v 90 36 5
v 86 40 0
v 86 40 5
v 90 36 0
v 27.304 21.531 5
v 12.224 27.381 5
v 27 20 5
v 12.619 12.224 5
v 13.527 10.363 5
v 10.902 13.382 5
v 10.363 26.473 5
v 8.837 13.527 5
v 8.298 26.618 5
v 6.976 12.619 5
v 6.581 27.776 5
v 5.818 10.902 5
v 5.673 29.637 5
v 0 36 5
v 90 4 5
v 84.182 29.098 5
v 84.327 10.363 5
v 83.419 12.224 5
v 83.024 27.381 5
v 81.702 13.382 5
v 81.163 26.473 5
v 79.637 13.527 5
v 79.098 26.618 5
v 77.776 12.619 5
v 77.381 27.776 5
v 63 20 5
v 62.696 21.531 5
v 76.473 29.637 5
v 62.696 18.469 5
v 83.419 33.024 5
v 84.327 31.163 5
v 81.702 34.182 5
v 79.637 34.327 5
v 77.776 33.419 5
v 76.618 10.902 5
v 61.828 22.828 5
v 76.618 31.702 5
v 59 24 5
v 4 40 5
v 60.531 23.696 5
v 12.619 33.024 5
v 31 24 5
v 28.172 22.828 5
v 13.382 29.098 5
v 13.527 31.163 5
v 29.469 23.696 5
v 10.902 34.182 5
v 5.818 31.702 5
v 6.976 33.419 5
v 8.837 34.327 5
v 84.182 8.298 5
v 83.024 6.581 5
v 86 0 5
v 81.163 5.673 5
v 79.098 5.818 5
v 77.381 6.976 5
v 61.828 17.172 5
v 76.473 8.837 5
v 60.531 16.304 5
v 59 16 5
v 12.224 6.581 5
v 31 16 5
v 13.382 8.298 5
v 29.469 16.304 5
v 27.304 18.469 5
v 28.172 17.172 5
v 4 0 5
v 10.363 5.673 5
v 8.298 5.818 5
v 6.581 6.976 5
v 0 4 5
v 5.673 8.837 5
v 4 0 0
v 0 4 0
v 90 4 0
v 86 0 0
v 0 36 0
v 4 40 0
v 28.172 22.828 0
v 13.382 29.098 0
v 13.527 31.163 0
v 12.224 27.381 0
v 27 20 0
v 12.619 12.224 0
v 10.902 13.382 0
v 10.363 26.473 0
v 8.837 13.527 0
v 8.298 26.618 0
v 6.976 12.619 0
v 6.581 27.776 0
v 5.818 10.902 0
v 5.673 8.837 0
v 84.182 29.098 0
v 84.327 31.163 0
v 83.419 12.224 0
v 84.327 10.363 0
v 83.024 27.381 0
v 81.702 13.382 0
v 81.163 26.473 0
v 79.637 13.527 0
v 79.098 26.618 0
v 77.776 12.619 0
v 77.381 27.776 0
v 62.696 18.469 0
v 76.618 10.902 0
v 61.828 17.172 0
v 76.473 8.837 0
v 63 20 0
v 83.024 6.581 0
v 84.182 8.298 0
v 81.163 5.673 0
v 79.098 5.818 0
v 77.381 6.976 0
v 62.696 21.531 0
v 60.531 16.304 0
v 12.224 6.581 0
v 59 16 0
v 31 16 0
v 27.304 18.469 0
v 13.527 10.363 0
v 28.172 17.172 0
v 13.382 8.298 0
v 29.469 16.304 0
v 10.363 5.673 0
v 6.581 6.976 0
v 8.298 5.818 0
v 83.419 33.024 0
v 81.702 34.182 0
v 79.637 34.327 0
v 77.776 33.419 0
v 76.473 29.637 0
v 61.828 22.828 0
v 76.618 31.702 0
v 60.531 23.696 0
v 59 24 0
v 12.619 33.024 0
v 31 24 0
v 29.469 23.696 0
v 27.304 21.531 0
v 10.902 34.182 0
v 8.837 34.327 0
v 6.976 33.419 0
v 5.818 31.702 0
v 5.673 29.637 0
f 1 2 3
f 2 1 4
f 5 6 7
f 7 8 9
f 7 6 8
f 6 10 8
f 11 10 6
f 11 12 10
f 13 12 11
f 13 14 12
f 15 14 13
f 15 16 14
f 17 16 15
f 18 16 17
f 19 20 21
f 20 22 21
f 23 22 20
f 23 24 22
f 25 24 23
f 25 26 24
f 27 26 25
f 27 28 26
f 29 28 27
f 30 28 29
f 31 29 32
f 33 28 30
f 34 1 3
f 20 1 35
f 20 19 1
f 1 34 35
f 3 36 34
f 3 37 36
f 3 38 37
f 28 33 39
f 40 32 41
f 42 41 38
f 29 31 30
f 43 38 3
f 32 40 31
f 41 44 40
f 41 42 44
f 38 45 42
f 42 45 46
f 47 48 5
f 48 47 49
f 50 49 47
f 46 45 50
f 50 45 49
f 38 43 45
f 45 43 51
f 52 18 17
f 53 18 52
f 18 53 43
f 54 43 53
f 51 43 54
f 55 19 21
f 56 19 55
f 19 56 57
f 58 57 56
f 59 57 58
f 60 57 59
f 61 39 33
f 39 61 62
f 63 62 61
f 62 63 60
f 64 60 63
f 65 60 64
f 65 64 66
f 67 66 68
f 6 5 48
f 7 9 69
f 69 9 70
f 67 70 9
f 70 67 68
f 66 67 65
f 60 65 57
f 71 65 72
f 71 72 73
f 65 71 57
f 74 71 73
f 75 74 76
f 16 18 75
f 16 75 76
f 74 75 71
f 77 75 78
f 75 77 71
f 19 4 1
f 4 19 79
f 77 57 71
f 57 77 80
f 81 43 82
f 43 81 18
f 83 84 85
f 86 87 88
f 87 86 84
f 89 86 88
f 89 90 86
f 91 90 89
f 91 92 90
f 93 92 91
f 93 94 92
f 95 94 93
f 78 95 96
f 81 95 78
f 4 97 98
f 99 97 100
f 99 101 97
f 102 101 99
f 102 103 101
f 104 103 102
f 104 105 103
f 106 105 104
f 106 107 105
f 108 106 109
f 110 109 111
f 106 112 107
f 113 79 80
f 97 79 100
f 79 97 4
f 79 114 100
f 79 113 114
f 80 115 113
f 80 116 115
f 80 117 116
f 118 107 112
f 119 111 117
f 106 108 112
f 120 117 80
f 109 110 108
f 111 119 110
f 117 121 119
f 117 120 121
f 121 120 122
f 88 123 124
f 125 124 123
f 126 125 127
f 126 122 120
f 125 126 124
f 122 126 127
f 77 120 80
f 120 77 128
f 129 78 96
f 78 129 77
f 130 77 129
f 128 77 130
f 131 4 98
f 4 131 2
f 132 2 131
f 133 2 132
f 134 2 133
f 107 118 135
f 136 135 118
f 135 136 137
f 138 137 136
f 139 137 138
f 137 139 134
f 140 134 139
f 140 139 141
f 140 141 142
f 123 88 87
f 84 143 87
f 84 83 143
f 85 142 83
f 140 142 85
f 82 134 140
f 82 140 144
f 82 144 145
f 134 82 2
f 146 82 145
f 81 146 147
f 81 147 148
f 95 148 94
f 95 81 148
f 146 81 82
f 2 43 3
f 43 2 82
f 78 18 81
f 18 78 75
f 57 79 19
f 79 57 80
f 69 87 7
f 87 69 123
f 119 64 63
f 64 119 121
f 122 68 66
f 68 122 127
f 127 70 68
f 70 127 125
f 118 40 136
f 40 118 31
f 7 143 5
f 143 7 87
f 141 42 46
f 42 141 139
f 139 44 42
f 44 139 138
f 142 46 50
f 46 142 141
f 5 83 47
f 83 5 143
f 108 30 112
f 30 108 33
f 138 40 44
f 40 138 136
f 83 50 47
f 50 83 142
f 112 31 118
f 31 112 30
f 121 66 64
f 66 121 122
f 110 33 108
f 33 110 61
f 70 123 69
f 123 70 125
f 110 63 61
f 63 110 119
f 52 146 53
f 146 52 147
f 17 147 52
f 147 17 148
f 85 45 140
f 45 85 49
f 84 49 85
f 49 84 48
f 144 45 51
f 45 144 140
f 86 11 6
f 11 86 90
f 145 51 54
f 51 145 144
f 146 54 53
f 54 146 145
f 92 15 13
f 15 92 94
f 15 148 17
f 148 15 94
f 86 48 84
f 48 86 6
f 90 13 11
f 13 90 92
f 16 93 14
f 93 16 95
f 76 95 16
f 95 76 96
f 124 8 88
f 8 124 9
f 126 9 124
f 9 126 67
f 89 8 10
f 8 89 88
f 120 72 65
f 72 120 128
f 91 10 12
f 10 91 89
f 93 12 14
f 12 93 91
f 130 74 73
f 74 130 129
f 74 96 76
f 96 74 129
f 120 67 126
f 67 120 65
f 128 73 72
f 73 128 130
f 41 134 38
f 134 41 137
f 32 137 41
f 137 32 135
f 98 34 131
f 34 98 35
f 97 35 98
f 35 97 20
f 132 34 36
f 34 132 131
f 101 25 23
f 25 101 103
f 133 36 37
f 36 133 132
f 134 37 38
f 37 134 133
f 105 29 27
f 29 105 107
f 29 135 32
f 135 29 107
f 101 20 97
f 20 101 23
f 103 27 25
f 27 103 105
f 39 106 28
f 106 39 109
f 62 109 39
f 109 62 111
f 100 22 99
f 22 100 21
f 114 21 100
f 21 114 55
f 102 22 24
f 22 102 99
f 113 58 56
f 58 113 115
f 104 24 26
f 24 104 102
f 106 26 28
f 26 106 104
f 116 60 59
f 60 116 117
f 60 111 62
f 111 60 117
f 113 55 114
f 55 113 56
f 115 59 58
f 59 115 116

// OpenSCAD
$fn = 32;

// ----------------------------------------------------------------------
// Bracket plate: slot plate 90 x 40
// ----------------------------------------------------------------------

// --- parameters (mm) ---
hole_r = 4;               // bolt hole radius
plate_t = 5;              // plate thickness, Z (extrusion height)
plate_l = 90;             // plate length
plate_w = 40;             // plate width
slot_l = 28;              // slot straight length
slot_r = 4;               // slot end radius

slot_len = slot_l + 2 * slot_r;
slot_w = 2 * slot_r;
hole_d2 = 2 * hole_r;

profile = [[4, 0], [86, 0], [90, 4], [90, 36], [86, 40], [4, 40], [0, 36], [0, 4]];  // primary outline, 8 points, counter clockwise
void_1 = [[59, 16], [60.531, 16.304], [61.828, 17.172], [62.696, 18.469], [63, 20], [62.696, 21.531], [61.828, 22.828], [60.531, 23.696], [59, 24], [31, 24], [29.469, 23.696], [28.172, 22.828], [27.304, 21.531], [27, 20], [27.304, 18.469], [28.172, 17.172], [29.469, 16.304], [31, 16]];  // grip slot, 18 points
void_2 = [[13.527, 31.163], [12.619, 33.024], [10.902, 34.182], [8.837, 34.327], [6.976, 33.419], [5.818, 31.702], [5.673, 29.637], [6.581, 27.776], [8.298, 26.618], [10.363, 26.473], [12.224, 27.381], [13.382, 29.098]];  // corner hole, 12 points
void_3 = [[13.527, 10.363], [12.619, 12.224], [10.902, 13.382], [8.837, 13.527], [6.976, 12.619], [5.818, 10.902], [5.673, 8.837], [6.581, 6.976], [8.298, 5.818], [10.363, 5.673], [12.224, 6.581], [13.382, 8.298]];  // corner hole, 12 points
void_4 = [[84.327, 31.163], [83.419, 33.024], [81.702, 34.182], [79.637, 34.327], [77.776, 33.419], [76.618, 31.702], [76.473, 29.637], [77.381, 27.776], [79.098, 26.618], [81.163, 26.473], [83.024, 27.381], [84.182, 29.098]];  // corner hole, 12 points
void_5 = [[84.327, 10.363], [83.419, 12.224], [81.702, 13.382], [79.637, 13.527], [77.776, 12.619], [76.618, 10.902], [76.473, 8.837], [77.381, 6.976], [79.098, 5.818], [81.163, 5.673], [83.024, 6.581], [84.182, 8.298]];  // corner hole, 12 points

// --- the one profile operation ---
difference() {
  linear_extrude(height = plate_t) polygon(points = profile);
  translate([0, 0, -1])
    linear_extrude(height = plate_t + 2) polygon(points = void_1);
  translate([0, 0, -1])
    linear_extrude(height = plate_t + 2) polygon(points = void_2);
  translate([0, 0, -1])
    linear_extrude(height = plate_t + 2) polygon(points = void_3);
  translate([0, 0, -1])
    linear_extrude(height = plate_t + 2) polygon(points = void_4);
  translate([0, 0, -1])
    linear_extrude(height = plate_t + 2) polygon(points = void_5);
}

**PROBLEM REQUIREMENTS:**
Please reproduce exactly the lines in the listing above from the one containing "f 82 144 145" through the one containing "f 54 146 145", both included, and nothing more.

**SOLUTION TO THIS PROBLEM:**
f 82 144 145
f 134 82 2
f 146 82 145
f 81 146 147
f 81 147 148
f 95 148 94
f 95 81 148
f 146 81 82
f 2 43 3
f 43 2 82
f 78 18 81
f 18 78 75
f 57 79 19
f 79 57 80
f 69 87 7
f 87 69 123
f 119 64 63
f 64 119 121
f 122 68 66
f 68 122 127
f 127 70 68
f 70 127 125
f 118 40 136
f 40 118 31
f 7 143 5
f 143 7 87
f 141 42 46
f 42 141 139
f 139 44 42
f 44 139 138
f 142 46 50
f 46 142 141
f 5 83 47
f 83 5 143
f 108 30 112
f 30 108 33
f 138 40 44
f 40 138 136
f 83 50 47
f 50 83 142
f 112 31 118
f 31 112 30
f 121 66 64
f 66 121 122
f 110 33 108
f 33 110 61
f 70 123 69
f 123 70 125
f 110 63 61
f 63 110 119
f 52 146 53
f 146 52 147
f 17 147 52
f 147 17 148
f 85 45 140
f 45 85 49
f 84 49 85
f 49 84 48
f 144 45 51
f 45 144 140
f 86 11 6
f 11 86 90
f 145 51 54
f 51 145 144
f 146 54 53
f 54 146 145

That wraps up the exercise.